Memória, oralidade, arte: uma sociologia da imagem

A Elefante está lançando Sociologia da imagem: olhares ch’ixi a partir da história andina, segundo livro da boliviana Silvia Rivera Cusicanqui em nosso catálogo — antes, Um mundo ch’ixi é possível: ensaios de um presente em crise. A militante, socióloga e historiadora segue com sua pesquisa que imagina e inaugura novas formas de olhar para o território diante da colonização e dos apagamentos históricos, dessa vez com uma lupa no trabalho de artistas importantes no registro dos povos de onde hoje chamamos de Bolívia. Segue abaixo a orelha da edição que está em pré-venda no nosso site.

Um dos principais nomes do pensamento latino-americano contemporâneo, a boliviana Silvia Rivera Cusicanqui apresenta em Sociologia da imagem um dos eixos centrais de sua trajetória de pesquisa. Apoiada na noção de ch’ixi, termo aimará que designa uma coloração cinza que, vista de perto, é na verdade composta de diminutas manchas brancas e pretas que não se misturam, a autora se afasta da síntese homogeneizante típica das epistemologias “ocidentais” para desenvolver um método e uma práxis sociológicos embasados no múltiplo e no contraditório, “uma força explosiva que potencializa nossa capacidade de pensamento e ação”.

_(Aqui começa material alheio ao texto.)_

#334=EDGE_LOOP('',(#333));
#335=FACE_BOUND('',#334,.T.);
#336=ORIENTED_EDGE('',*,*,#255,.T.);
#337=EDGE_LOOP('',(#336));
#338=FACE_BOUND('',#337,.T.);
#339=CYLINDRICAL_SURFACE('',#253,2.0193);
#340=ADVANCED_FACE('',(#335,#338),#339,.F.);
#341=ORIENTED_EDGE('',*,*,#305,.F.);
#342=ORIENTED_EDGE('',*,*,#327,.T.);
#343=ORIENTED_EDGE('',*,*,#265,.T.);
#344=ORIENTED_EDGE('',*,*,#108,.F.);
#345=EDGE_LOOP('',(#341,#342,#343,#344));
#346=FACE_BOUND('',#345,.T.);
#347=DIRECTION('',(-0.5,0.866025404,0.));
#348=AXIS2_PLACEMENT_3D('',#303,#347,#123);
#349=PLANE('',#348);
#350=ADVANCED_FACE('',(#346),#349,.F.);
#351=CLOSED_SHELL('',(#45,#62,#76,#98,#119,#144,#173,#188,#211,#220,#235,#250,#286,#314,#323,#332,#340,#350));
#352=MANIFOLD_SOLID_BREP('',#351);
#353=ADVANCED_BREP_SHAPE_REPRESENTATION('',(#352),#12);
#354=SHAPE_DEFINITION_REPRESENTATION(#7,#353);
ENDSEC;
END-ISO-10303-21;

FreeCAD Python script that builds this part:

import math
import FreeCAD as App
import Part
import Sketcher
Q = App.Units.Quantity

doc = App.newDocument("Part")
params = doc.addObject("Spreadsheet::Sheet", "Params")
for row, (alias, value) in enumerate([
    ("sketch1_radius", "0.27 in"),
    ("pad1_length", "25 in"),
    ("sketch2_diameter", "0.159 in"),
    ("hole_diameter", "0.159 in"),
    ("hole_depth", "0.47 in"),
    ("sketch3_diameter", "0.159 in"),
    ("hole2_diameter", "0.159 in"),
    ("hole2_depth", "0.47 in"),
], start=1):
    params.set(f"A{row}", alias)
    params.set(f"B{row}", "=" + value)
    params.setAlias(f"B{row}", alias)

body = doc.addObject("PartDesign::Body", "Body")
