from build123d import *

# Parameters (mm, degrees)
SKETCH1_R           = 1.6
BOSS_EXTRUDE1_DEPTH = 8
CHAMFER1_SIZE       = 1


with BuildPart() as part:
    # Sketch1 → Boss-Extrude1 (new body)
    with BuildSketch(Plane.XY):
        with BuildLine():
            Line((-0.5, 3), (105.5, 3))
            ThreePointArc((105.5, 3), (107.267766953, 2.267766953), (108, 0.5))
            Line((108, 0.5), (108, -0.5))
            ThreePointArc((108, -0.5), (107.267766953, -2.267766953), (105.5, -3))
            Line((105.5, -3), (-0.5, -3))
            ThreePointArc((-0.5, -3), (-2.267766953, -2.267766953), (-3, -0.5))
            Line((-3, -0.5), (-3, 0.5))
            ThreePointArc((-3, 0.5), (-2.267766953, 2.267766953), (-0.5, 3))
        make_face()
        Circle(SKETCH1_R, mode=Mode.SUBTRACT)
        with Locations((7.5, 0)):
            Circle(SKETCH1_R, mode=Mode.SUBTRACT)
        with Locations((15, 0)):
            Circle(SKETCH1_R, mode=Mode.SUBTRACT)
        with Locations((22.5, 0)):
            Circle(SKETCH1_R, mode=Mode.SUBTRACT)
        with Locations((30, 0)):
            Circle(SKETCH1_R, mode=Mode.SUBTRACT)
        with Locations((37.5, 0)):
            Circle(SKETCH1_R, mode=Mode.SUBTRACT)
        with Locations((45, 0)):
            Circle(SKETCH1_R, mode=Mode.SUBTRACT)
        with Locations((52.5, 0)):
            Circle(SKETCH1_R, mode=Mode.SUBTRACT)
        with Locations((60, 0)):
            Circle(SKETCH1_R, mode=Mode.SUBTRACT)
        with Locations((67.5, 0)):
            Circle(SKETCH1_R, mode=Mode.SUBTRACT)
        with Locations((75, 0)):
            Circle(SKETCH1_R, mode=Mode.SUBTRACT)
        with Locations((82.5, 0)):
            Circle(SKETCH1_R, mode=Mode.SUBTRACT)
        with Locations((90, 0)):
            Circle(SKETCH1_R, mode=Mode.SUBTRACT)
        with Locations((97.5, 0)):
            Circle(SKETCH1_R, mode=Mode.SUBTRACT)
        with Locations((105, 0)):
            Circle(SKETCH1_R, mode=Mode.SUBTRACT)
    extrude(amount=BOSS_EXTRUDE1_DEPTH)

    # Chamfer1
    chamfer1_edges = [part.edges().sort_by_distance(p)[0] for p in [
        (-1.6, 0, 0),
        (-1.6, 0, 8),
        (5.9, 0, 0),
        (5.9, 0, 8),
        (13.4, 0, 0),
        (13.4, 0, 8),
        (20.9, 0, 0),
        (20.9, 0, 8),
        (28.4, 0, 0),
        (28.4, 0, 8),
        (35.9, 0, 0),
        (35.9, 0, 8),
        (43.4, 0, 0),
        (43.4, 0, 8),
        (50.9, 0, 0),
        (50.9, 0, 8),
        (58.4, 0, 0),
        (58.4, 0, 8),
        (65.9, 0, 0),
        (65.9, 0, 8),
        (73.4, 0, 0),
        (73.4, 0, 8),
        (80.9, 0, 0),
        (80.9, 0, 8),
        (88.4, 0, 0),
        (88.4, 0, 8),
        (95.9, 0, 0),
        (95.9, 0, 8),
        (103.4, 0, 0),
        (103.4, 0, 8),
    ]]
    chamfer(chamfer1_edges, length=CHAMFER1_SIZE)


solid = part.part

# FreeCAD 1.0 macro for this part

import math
import FreeCAD as App
import Part
import Sketcher


def edges_at(feature, points):
    """Names of the edges that pass closest to the given points."""
    edges = feature.Shape.Edges
    near = lambda p: min(range(len(edges)), key=lambda i: edges[i].distToShape(Part.Vertex(*p))[0])
    return sorted({f"Edge{near(p) + 1}" for p in points})

doc = App.newDocument("Part")
body = doc.addObject("PartDesign::Body", "Body")

# Sketch on XY plane
sketch1 = doc.addObject("Sketcher::SketchObject", "Sketch")
body.addObject(sketch1)
sketch1.AttachmentSupport = (doc.XY_Plane, [""])
sketch1.MapMode = "FlatFace"
sketch1.addGeometry(Part.LineSegment(App.Vector(105.5, 3, 0), App.Vector(-0.5, 3, 0)), False)
sketch1.addGeometry(Part.ArcOfCircle(Part.Circle(App.Vector(-0.5, 0.5, 0), App.Vector(0, 0, 1), 2.5), math.radians(90), math.radians(180)), False)
sketch1.addGeometry(Part.LineSegment(App.Vector(-3, 0.5, 0), App.Vector(-3, -0.5, 0)), False)
sketch1.addGeometry(Part.ArcOfCircle(Part.Circle(App.Vector(-0.5, -0.5, 0), App.Vector(0, 0, 1), 2.5), math.radians(180), math.radians(270)), False)
sketch1.addGeometry(Part.LineSegment(App.Vector(-0.5, -3, 0), App.Vector(105.5, -3, 0)), False)
sketch1.addGeometry(Part.ArcOfCircle(Part.Circle(App.Vector(105.5, -0.5, 0), App.Vector(0, 0, 1), 2.5), math.radians(-90), math.radians(0)), False)
sketch1.addGeometry(Part.LineSegment(App.Vector(108, -0.5, 0), App.Vector(108, 0.5, 0)), False)
sketch1.addGeometry(Part.ArcOfCircle(Part.Circle(App.Vector(105.5, 0.5, 0), App.Vector(0, 0, 1), 2.5), math.radians(0), math.radians(90)), False)
sketch1.addGeometry(Part.Circle(App.Vector(105, 0, 0), App.Vector(0, 0, 1), 1.6), False)
sketch1.addGeometry(Part.Circle(App.Vector(97.5, 0, 0), App.Vector(0, 0, 1), 1.6), False)
sketch1.addGeometry(Part.Circle(App.Vector(90, 0, 0), App.Vector(0, 0, 1), 1.6), False)
sketch1.addGeometry(Part.Circle(App.Vector(82.5, 0, 0), App.Vector(0, 0, 1), 1.6), False)
sketch1.addGeometry(Part.Circle(App.Vector(75, 0, 0), App.Vector(0, 0, 1), 1.6), False)
sketch1.addGeometry(Part.Circle(App.Vector(67.5, 0, 0), App.Vector(0, 0, 1), 1.6), False)
sketch1.addGeometry(Part.Circle(App.Vector(60, 0, 0), App.Vector(0, 0, 1), 1.6), False)
sketch1.addGeometry(Part.Circle(App.Vector(52.5, 0, 0), App.Vector(0, 0, 1), 1.6), False)
sketch1.addGeometry(Part.Circle(App.Vector(45, 0, 0), App.Vector(0, 0, 1), 1.6), False)
sketch1.addGeometry(Part.Circle(App.Vector(37.5, 0, 0), App.Vector(0, 0, 1), 1.6), False)
sketch1.addGeometry(Part.Circle(App.Vector(30, 0, 0), App.Vector(0, 0, 1), 1.6), False)
sketch1.addGeometry(Part.Circle(App.Vector(22.5, 0, 0), App.Vector(0, 0, 1), 1.6), False)
sketch1.addGeometry(Part.Circle(App.Vector(15, 0, 0), App.Vector(0, 0, 1), 1.6), False)
sketch1.addGeometry(Part.Circle(App.Vector(7.5, 0, 0), App.Vector(0, 0, 1), 1.6), False)
sketch1.addGeometry(Part.Circle(App.Vector(0, 0, 0), App.Vector(0, 0, 1), 1.6), False)
sketch1.addConstraint(Sketcher.Constraint("Tangent", 0, 2, 1, 1))
sketch1.addConstraint(Sketcher.Constraint("Tangent", 1, 2, 2, 1))
sketch1.addConstraint(Sketcher.Constraint("Tangent", 2, 2, 3, 1))
sketch1.addConstraint(Sketcher.Constraint("Tangent", 3, 2, 4, 1))
sketch1.addConstraint(Sketcher.Constraint("Tangent", 4, 2, 5, 1))
sketch1.addConstraint(Sketcher.Constraint("Tangent", 5, 2, 6, 1))
sketch1.addConstraint(Sketcher.Constraint("Tangent", 6, 2, 7, 1))
sketch1.addConstraint(Sketcher.Constraint("Tangent", 7, 2, 0, 1))
sketch1.addConstraint(Sketcher.Constraint("Horizontal", 0))
sketch1.addConstraint(Sketcher.Constraint("Vertical", 2))
sketch1.addConstraint(Sketcher.Constraint("Horizontal", 4))
sketch1.addConstraint(Sketcher.Constraint("Vertical", 6))
sketch1.addConstraint(Sketcher.Constraint("Coincident", 22, 3, -1, 1))
sketch1.addConstraint(Sketcher.Constraint("Equal", 1, 3))
sketch1.addConstraint(Sketcher.Constraint("Equal", 3, 5))
sketch1.addConstraint(Sketcher.Constraint("Equal", 5, 7))
sketch1.addConstraint(Sketcher.Constraint("Equal", 8, 9))
sketch1.addConstraint(Sketcher.Constraint("Equal", 9, 10))
sketch1.addConstraint(Sketcher.Constraint("Equal", 10, 11))
sketch1.addConstraint(Sketcher.Constraint("Equal", 11, 12))
sketch1.addConstraint(Sketcher.Constraint("Equal", 12, 13))
sketch1.addConstraint(Sketcher.Constraint("Equal", 13, 14))
sketch1.addConstraint(Sketcher.Constraint("Equal", 14, 15))
sketch1.addConstraint(Sketcher.Constraint("Equal", 15, 16))
sketch1.addConstraint(Sketcher.Constraint("Equal", 16, 17))
sketch1.addConstraint(Sketcher.Constraint("Equal", 17, 18))
sketch1.addConstraint(Sketcher.Constraint("Equal", 18, 19))
sketch1.addConstraint(Sketcher.Constraint("Equal", 19, 20))
sketch1.addConstraint(Sketcher.Constraint("Equal", 20, 21))
sketch1.addConstraint(Sketcher.Constraint("Equal", 21, 22))
sketch1.addConstraint(Sketcher.Constraint("PointOnObject", 8, 3, -1))
sketch1.addConstraint(Sketcher.Constraint("PointOnObject", 9, 3, -1))
sketch1.addConstraint(Sketcher.Constraint("PointOnObject", 10, 3, -1))
sketch1.addConstraint(Sketcher.Constraint("PointOnObject", 11, 3, -1))
sketch1.addConstraint(Sketcher.Constraint("PointOnObject", 12, 3, -1))
sketch1.addConstraint(Sketcher.Constraint("PointOnObject", 13, 3, -1))
sketch1.addConstraint(Sketcher.Constraint("PointOnObject", 14, 3, -1))
sketch1.addConstraint(Sketcher.Constraint("PointOnObject", 15, 3, -1))
sketch1.addConstraint(Sketcher.Constraint("PointOnObject", 16, 3, -1))
sketch1.addConstraint(Sketcher.Constraint("PointOnObject", 17, 3, -1))
sketch1.addConstraint(Sketcher.Constraint("PointOnObject", 18, 3, -1))
sketch1.addConstraint(Sketcher.Constraint("PointOnObject", 19, 3, -1))
sketch1.addConstraint(Sketcher.Constraint("PointOnObject", 20, 3, -1))
sketch1.addConstraint(Sketcher.Constraint("PointOnObject", 21, 3, -1))
sketch1.addConstraint(Sketcher.Constraint("Diameter", 8, 3.2))
sketch1.addConstraint(Sketcher.Constraint("Radius", 1, 2.5))
sketch1.addConstraint(Sketcher.Constraint("DistanceX", 0, 2, 0, 1, 106.0))
sketch1.addConstraint(Sketcher.Constraint("DistanceY", 2, 2, 2, 1, 1.0))
sketch1.addConstraint(Sketcher.Constraint("DistanceX", -1, 1, 8, 3, 105.0))
sketch1.addConstraint(Sketcher.Constraint("DistanceX", -1, 1, 10, 3, 90.0))
sketch1.addConstraint(Sketcher.Constraint("DistanceX", -1, 1, 12, 3, 75.0))
sketch1.addConstraint(Sketcher.Constraint("DistanceX", -1, 1, 14, 3, 60.0))
sketch1.addConstraint(Sketcher.Constraint("DistanceX", -1, 1, 16, 3, 45.0))
sketch1.addConstraint(Sketcher.Constraint("DistanceX", -1, 1, 18, 3, 30.0))
sketch1.addConstraint(Sketcher.Constraint("DistanceX", -1, 1, 20, 3, 15.0))
sketch1.addConstraint(Sketcher.Constraint("DistanceY", -1, 1, 0, 2, 3.0))
sketch1.addConstraint(Sketcher.Constraint("DistanceX", 1, 2, -1, 1, 3.0))
sketch1.addConstraint(Sketcher.Constraint("DistanceX", 9, 3, 5, 3, 8.0))
sketch1.addConstraint(Sketcher.Constraint("DistanceX", 11, 3, 9, 3, 15.0))
sketch1.addConstraint(Sketcher.Constraint("DistanceX", 13, 3, 11, 3, 15.0))
sketch1.addConstraint(Sketcher.Constraint("DistanceX", 15, 3, 13, 3, 15.0))
sketch1.addConstraint(Sketcher.Constraint("DistanceX", 17, 3, 15, 3, 15.0))
sketch1.addConstraint(Sketcher.Constraint("DistanceX", 19, 3, 17, 3, 15.0))
sketch1.addConstraint(Sketcher.Constraint("DistanceX", 1, 3, 21, 3, 8.0))
pad1 = doc.addObject("PartDesign::Pad", "Pad")
body.addObject(pad1)
pad1.Profile = sketch1
pad1.Length = 8
doc.recompute()

chamfer = doc.addObject("PartDesign::Chamfer", "Chamfer")
body.addObject(chamfer)
chamfer.Base = (pad1, edges_at(pad1, [
    (-1.6, 0, 0),
    (-1.6, 0, 8),
    (5.9, 0, 0),
    (5.9, 0, 8),
    (13.4, 0, 0),
    (13.4, 0, 8),
    (20.9, 0, 0),
    (20.9, 0, 8),
    (28.4, 0, 0),
    (28.4, 0, 8),
    (35.9, 0, 0),
    (35.9, 0, 8),
    (43.4, 0, 0),
    (43.4, 0, 8),
    (50.9, 0, 0),
    (50.9, 0, 8),
    (58.4, 0, 0),
    (58.4, 0, 8),
    (65.9, 0, 0),
    (65.9, 0, 8),
    (73.4, 0, 0),
    (73.4, 0, 8),
    (80.9, 0, 0),
    (80.9, 0, 8),
    (88.4, 0, 0),
    (88.4, 0, 8),
    (95.9, 0, 0),
    (95.9, 0, 8),
    (103.4, 0, 0),
    (103.4, 0, 8),
]))
chamfer.Size = 1

doc.recompute()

Privilegiando a memória coletiva, a história oral e a produção pictórica em suas diversas manifestações, neste livro as imagens são mais do que representação e mimese: são teoria, reflexão. “As culturas visuais têm desenvolvido uma trajetória própria que revela e reatualiza muitos aspectos não conscientes do mundo social” — um mundo social cuja ordem foi rompida pela “experiência cataclísmica da colonização”, ferida ainda aberta, marca indelével na subjetividade boliviana, definida pela “luta permanente entre o índio e o europeu”.

Essa construção teórica apoia-se principalmente no trabalho de três artistas bolivianos dos séculos XVII, XIX e XX. Nas aquarelas de Melchor María Mercado, produzidas entre 1841 e 1869, a autora encontra umas das interpretações “mais sagazes sobre o mestizaje, os fluxos comerciais populares e os paradoxos do poder político nacional”, nas quais já estão evidentes a interculturalidade e o profundo autoritarismo do Estado boliviano.

Na carta ilustrada de mil páginas escrita ao rei da Espanha por Felipe Guamán Poma de Ayala, cronista do século XVII conhecido como Waman Puma, são notórios “os significados dessa hecatombe que foi a colonização e a subordinação maciça da população e do território andino à Coroa espanhola”. E é sobretudo nos desenhos que Waman Puma expressa o cerne de uma teoria autóctone do colonialismo: eles dizem “o que as palavras não podem expressarem uma sociedade de silêncios coloniais”.

O cinema é outro pilar das reflexões sociológicas deste volume, em que a autora analisa longas-metragens do diretor boliviano Jorge Sanjinés, além de se referir a realizações audiovisuais próprias, destacando a audiência ampliada que os filmes alcançam em um país plurilíngue como a Bolívia se comparados ao texto escrito.

Rivera Cusicanqui retoma ainda o Álbum de la revolución, publicado pelo Movimiento Nacionalista Revolucionario (MNR), que tomou o poder em 1952. Em uma leitura a contrapelo, a autora identifica nesses retratos uma narrativa patriarcal e ocidentalizante que marginaliza e estereotipa indígenas e mulheres e constrói o mito do pertencimento da Bolívia ao “mundo ocidental”: uma “estrutura ideológica de longa duração, que se manifesta como uma prática profunda e internalizada de autodepreciação, reproduzida por séculos na personalidade colonizada e que atravessa todos os estratos da sociedade”.

Ao recorrer a conceitos e vocábulos em aimará e em quéchua e contestar a rigidez acadêmica da sociologia tradicional, Rivera Cusicanqui apresenta aqui uma proposta para “compreender o imaginário da colonização como uma profecia autorrealizada, na qual a violência da conquista foi formulada em termos de uma disputa simbólica”.